As soon as the line containing "# Sketch1 →" appears in the material below, start returning lines exactly, and end with the line containing "shell1_openings = [part.faces().sort_by_distance(p)[0]".

# MATERIAL PROVIDED
________

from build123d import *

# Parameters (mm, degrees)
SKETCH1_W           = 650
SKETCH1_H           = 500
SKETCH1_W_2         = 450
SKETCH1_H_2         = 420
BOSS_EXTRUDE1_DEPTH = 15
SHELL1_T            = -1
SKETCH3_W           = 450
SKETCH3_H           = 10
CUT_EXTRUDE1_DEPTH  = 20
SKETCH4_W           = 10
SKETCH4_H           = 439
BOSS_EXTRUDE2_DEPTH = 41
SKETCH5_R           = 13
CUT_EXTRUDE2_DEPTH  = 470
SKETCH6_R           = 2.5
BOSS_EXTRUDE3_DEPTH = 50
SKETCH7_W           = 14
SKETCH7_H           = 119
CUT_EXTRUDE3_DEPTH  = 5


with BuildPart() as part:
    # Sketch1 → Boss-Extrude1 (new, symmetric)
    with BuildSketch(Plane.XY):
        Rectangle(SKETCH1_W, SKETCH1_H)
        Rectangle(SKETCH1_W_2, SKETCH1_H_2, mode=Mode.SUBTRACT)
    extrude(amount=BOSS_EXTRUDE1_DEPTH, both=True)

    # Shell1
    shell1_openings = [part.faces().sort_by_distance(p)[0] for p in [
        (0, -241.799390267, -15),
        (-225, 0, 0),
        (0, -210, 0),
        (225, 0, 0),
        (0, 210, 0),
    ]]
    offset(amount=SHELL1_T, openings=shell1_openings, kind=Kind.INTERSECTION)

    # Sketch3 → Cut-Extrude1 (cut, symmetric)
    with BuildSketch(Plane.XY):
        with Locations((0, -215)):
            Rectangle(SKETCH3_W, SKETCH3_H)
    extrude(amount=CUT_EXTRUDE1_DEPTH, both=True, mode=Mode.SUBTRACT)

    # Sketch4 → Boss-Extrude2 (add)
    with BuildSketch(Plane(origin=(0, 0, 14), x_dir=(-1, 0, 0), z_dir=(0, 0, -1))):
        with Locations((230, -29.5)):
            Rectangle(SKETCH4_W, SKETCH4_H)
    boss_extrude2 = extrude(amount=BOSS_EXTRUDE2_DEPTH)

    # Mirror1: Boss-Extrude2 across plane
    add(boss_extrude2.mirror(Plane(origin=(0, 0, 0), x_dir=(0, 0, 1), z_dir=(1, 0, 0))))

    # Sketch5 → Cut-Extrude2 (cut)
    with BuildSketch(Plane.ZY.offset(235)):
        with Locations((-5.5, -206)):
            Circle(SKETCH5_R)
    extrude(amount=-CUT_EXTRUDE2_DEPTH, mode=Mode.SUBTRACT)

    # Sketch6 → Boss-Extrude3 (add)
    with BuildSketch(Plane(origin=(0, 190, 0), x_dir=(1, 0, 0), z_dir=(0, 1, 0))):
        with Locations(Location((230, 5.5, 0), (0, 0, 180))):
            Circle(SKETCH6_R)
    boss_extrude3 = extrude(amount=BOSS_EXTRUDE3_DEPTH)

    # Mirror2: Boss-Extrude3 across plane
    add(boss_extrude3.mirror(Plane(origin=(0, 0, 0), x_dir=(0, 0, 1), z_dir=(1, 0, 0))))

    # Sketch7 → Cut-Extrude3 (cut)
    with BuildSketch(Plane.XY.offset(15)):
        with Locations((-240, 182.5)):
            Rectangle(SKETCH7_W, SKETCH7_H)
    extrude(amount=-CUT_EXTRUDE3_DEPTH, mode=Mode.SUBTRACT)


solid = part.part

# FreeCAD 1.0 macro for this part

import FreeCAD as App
import Part
import Sketcher
from FreeCAD import Vector


def faces_at(feature, points):
    """Names of the faces that lie closest to the given points."""
    faces = feature.Shape.Faces
    near = lambda p: min(range(len(faces)), key=lambda i: faces[i].distToShape(Part.Vertex(*p))[0])
    return sorted({f"Face{near(p) + 1}" for p in points})

doc = App.newDocument("Part")
body = doc.addObject("PartDesign::Body", "Body")

# Sketch on XY plane
sketch1 = body.newObject("Sketcher::SketchObject", "Sketch")
sketch1.AttachmentSupport = (doc.getObject("XY_Plane"), [""])
sketch1.MapMode = "FlatFace"
sketch1.addGeometry(Part.LineSegment(Vector(-325, 250, 0), Vector(-325, -250, 0)), False)
sketch1.addGeometry(Part.LineSegment(Vector(-325, -250, 0), Vector(325, -250, 0)), False)
sketch1.addGeometry(Part.LineSegment(Vector(325, -250, 0), Vector(325, 250, 0)), False)
sketch1.addGeometry(Part.LineSegment(Vector(325, 250, 0), Vector(-325, 250, 0)), False)
sketch1.addGeometry(Part.LineSegment(Vector(225, -210, 0), Vector(-225, -210, 0)), False)
sketch1.addGeometry(Part.LineSegment(Vector(-225, -210, 0), Vector(-225, 210, 0)), False)
sketch1.addGeometry(Part.LineSegment(Vector(-225, 210, 0), Vector(225, 210, 0)), False)
sketch1.addGeometry(Part.LineSegment(Vector(225, 210, 0), Vector(225, -210, 0)), False)
sketch1.addConstraint(Sketcher.Constraint("Coincident", 0, 2, 1, 1))
sketch1.addConstraint(Sketcher.Constraint("Coincident", 1, 2, 2, 1))
sketch1.addConstraint(Sketcher.Constraint("Coincident", 2, 2, 3, 1))
sketch1.addConstraint(Sketcher.Constraint("Coincident", 3, 2, 0, 1))
sketch1.addConstraint(Sketcher.Constraint("Coincident", 4, 2, 5, 1))
sketch1.addConstraint(Sketcher.Constraint("Coincident", 5, 2, 6, 1))
sketch1.addConstraint(Sketcher.Constraint("Coincident", 6, 2, 7, 1))
sketch1.addConstraint(Sketcher.Constraint("Coincident", 7, 2, 4, 1))
sketch1.addConstraint(Sketcher.Constraint("Vertical", 0))
sketch1.addConstraint(Sketcher.Constraint("Horizontal", 1))
sketch1.addConstraint(Sketcher.Constraint("Vertical", 2))
sketch1.addConstraint(Sketcher.Constraint("Horizontal", 3))
sketch1.addConstraint(Sketcher.Constraint("Horizontal", 4))
sketch1.addConstraint(Sketcher.Constraint("Vertical", 5))
sketch1.addConstraint(Sketcher.Constraint("Horizontal", 6))
sketch1.addConstraint(Sketcher.Constraint("Vertical", 7))
sketch1.addConstraint(Sketcher.Constraint("Symmetric", 0, 2, 2, 2, -1, 1))
sketch1.addConstraint(Sketcher.Constraint("Symmetric", 4, 2, 6, 2, -1, 1))
sketch1.addConstraint(Sketcher.Constraint("DistanceX", 1, 1, 1, 2, 650.0))
sketch1.addConstraint(Sketcher.Constraint("DistanceX", 4, 2, 4, 1, 450.0))
sketch1.addConstraint(Sketcher.Constraint("DistanceY", 0, 2, 0, 1, 500.0))
sketch1.addConstraint(Sketcher.Constraint("DistanceY", 5, 1, 5, 2, 420.0))
pad1 = body.newObject("PartDesign::Pad", "Pad")
pad1.Profile = sketch1
pad1.Length = 30
pad1.Midplane = True
doc.recompute()

thickness = body.newObject("PartDesign::Thickness", "Thickness")
thickness.Base = (pad1, faces_at(pad1, [
    (-260, 0, -15),
    (-225, 0, 0),
    (0, -210, 0),
    (225, 0, 0),
    (0, 210, 0),
]))
thickness.Value = 1
thickness.Reversed = True
thickness.Join = "Intersection"

# Sketch on XY plane
sketch2 = body.newObject("Sketcher::SketchObject", "Sketch001")
sketch2.AttachmentSupport = (doc.getObject("XY_Plane"), [""])
sketch2.MapMode = "FlatFace"
sketch2.addGeometry(Part.LineSegment(Vector(-225, -210, 0), Vector(-225, -220, 0)), False)
sketch2.addGeometry(Part.LineSegment(Vector(-225, -220, 0), Vector(225, -220, 0)), False)
sketch2.addGeometry(Part.LineSegment(Vector(225, -220, 0), Vector(225, -210, 0)), False)
sketch2.addGeometry(Part.LineSegment(Vector(225, -210, 0), Vector(-225, -210, 0)), False)
sketch2.addConstraint(Sketcher.Constraint("Coincident", 0, 2, 1, 1))
sketch2.addConstraint(Sketcher.Constraint("Coincident", 1, 2, 2, 1))
sketch2.addConstraint(Sketcher.Constraint("Coincident", 2, 2, 3, 1))
sketch2.addConstraint(Sketcher.Constraint("Coincident", 3, 2, 0, 1))
sketch2.addConstraint(Sketcher.Constraint("Vertical", 0))
sketch2.addConstraint(Sketcher.Constraint("Horizontal", 1))
sketch2.addConstraint(Sketcher.Constraint("Vertical", 2))
sketch2.addConstraint(Sketcher.Constraint("Horizontal", 3))
sketch2.addConstraint(Sketcher.Constraint("DistanceX", 1, 1, 1, 2, 450.0))
sketch2.addConstraint(Sketcher.Constraint("DistanceY", 0, 2, 0, 1, 10.0))
sketch2.addConstraint(Sketcher.Constraint("DistanceX", 0, 2, -1, 1, 225.0))
sketch2.addConstraint(Sketcher.Constraint("DistanceY", 0, 2, -1, 1, 220.0))
pocket1 = body.newObject("PartDesign::Pocket", "Pocket")
pocket1.Profile = sketch2
pocket1.Length = 40
pocket1.Midplane = True

# Sketch on XY plane
sketch3 = body.newObject("Sketcher::SketchObject", "Sketch002")
sketch3.AttachmentSupport = (doc.getObject("XY_Plane"), [""])
sketch3.MapMode = "FlatFace"
sketch3.AttachmentOffset = App.Placement(Vector(0, 0, 14), App.Rotation())
sketch3.addGeometry(Part.LineSegment(Vector(-225, 190, 0), Vector(-225, -249, 0)), False)
sketch3.addGeometry(Part.LineSegment(Vector(-225, -249, 0), Vector(-235, -249, 0)), False)
sketch3.addGeometry(Part.LineSegment(Vector(-235, -249, 0), Vector(-235, 190, 0)), False)
sketch3.addGeometry(Part.LineSegment(Vector(-235, 190, 0), Vector(-225, 190, 0)), False)
sketch3.addConstraint(Sketcher.Constraint("Coincident", 0, 2, 1, 1))
sketch3.addConstraint(Sketcher.Constraint("Coincident", 1, 2, 2, 1))
sketch3.addConstraint(Sketcher.Constraint("Coincident", 2, 2, 3, 1))
sketch3.addConstraint(Sketcher.Constraint("Coincident", 3, 2, 0, 1))
sketch3.addConstraint(Sketcher.Constraint("Vertical", 0))
sketch3.addConstraint(Sketcher.Constraint("Horizontal", 1))
sketch3.addConstraint(Sketcher.Constraint("Vertical", 2))
sketch3.addConstraint(Sketcher.Constraint("Horizontal", 3))
sketch3.addConstraint(Sketcher.Constraint("DistanceX", 1, 2, 1, 1, 10.0))
sketch3.addConstraint(Sketcher.Constraint("DistanceY", 0, 2, 0, 1, 439.0))
sketch3.addConstraint(Sketcher.Constraint("DistanceX", 0, 2, -1, 1, 225.0))
sketch3.addConstraint(Sketcher.Constraint("DistanceY", 0, 2, -1, 1, 249.0))
pad2 = body.newObject("PartDesign::Pad", "Pad001")
pad2.Profile = sketch3
pad2.Length = 41
pad2.Reversed = True
doc.recompute()

mirrored = body.newObject("PartDesign::Mirrored", "Mirrored")
mirrored.Originals = [pad2]
mirrored.MirrorPlane = (doc.getObject("YZ_Plane"), [""])
body.Tip = mirrored

# Sketch on YZ plane
sketch4 = body.newObject("Sketcher::SketchObject", "Sketch003")
sketch4.AttachmentSupport = (doc.getObject("YZ_Plane"), [""])
sketch4.MapMode = "FlatFace"
sketch4.AttachmentOffset = App.Placement(Vector(0, 0, -235), App.Rotation())
sketch4.addGeometry(Part.Circle(Vector(-206, -5.5, 0), Vector(0, 0, 1), 13), False)
sketch4.addConstraint(Sketcher.Constraint("Diameter", 0, 26.0))
sketch4.addConstraint(Sketcher.Constraint("DistanceX", 0, 3, -1, 1, 206.0))
sketch4.addConstraint(Sketcher.Constraint("DistanceY", 0, 3, -1, 1, 5.5))
pocket2 = body.newObject("PartDesign::Pocket", "Pocket001")
pocket2.Profile = sketch4
pocket2.Length = 470
pocket2.Reversed = True

# Sketch on XZ plane
sketch5 = body.newObject("Sketcher::SketchObject", "Sketch004")
sketch5.AttachmentSupport = (doc.getObject("XZ_Plane"), [""])
sketch5.MapMode = "FlatFace"
sketch5.AttachmentOffset = App.Placement(Vector(0, 0, -190), App.Rotation())
sketch5.addGeometry(Part.Circle(Vector(230, -5.5, 0), Vector(0, 0, 1), 2.5), False)
sketch5.addConstraint(Sketcher.Constraint("Diameter", 0, 5.0))
sketch5.addConstraint(Sketcher.Constraint("DistanceX", -1, 1, 0, 3, 230.0))
sketch5.addConstraint(Sketcher.Constraint("DistanceY", 0, 3, -1, 1, 5.5))
pad3 = body.newObject("PartDesign::Pad", "Pad002")
pad3.Profile = sketch5
pad3.Length = 50
pad3.Reversed = True
doc.recompute()

mirrored2 = body.newObject("PartDesign::Mirrored", "Mirrored001")
mirrored2.Originals = [pad3]
mirrored2.MirrorPlane = (doc.getObject("YZ_Plane"), [""])
body.Tip = mirrored2

# Sketch on XY plane
sketch6 = body.newObject("Sketcher::SketchObject", "Sketch005")
sketch6.AttachmentSupport = (doc.getObject("XY_Plane"), [""])
sketch6.MapMode = "FlatFace"
sketch6.AttachmentOffset = App.Placement(Vector(0, 0, 15), App.Rotation())
sketch6.addGeometry(Part.LineSegment(Vector(-247, 242, 0), Vector(-247, 123, 0)), False)
sketch6.addGeometry(Part.LineSegment(Vector(-247, 123, 0), Vector(-233, 123, 0)), False)
sketch6.addGeometry(Part.LineSegment(Vector(-233, 123, 0), Vector(-233, 242, 0)), False)
sketch6.addGeometry(Part.LineSegment(Vector(-233, 242, 0), Vector(-247, 242, 0)), False)
sketch6.addConstraint(Sketcher.Constraint("Coincident", 0, 2, 1, 1))
sketch6.addConstraint(Sketcher.Constraint("Coincident", 1, 2, 2, 1))
sketch6.addConstraint(Sketcher.Constraint("Coincident", 2, 2, 3, 1))
sketch6.addConstraint(Sketcher.Constraint("Coincident", 3, 2, 0, 1))
sketch6.addConstraint(Sketcher.Constraint("Vertical", 0))
sketch6.addConstraint(Sketcher.Constraint("Horizontal", 1))
sketch6.addConstraint(Sketcher.Constraint("Vertical", 2))
sketch6.addConstraint(Sketcher.Constraint("Horizontal", 3))
sketch6.addConstraint(Sketcher.Constraint("DistanceX", 1, 1, 1, 2, 14.0))
sketch6.addConstraint(Sketcher.Constraint("DistanceY", 0, 2, 0, 1, 119.0))
sketch6.addConstraint(Sketcher.Constraint("DistanceX", 0, 2, -1, 1, 247.0))
sketch6.addConstraint(Sketcher.Constraint("DistanceY", -1, 1, 0, 2, 123.0))
pocket3 = body.newObject("PartDesign::Pocket", "Pocket002")
pocket3.Profile = sketch6
pocket3.Length = 5

doc.recompute()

________

# WORKED SOLUTION
    # Sketch1 → Boss-Extrude1 (new, symmetric)
    with BuildSketch(Plane.XY):
        Rectangle(SKETCH1_W, SKETCH1_H)
        Rectangle(SKETCH1_W_2, SKETCH1_H_2, mode=Mode.SUBTRACT)
    extrude(amount=BOSS_EXTRUDE1_DEPTH, both=True)

    # Shell1
    shell1_openings = [part.faces().sort_by_distance(p)[0] for p in [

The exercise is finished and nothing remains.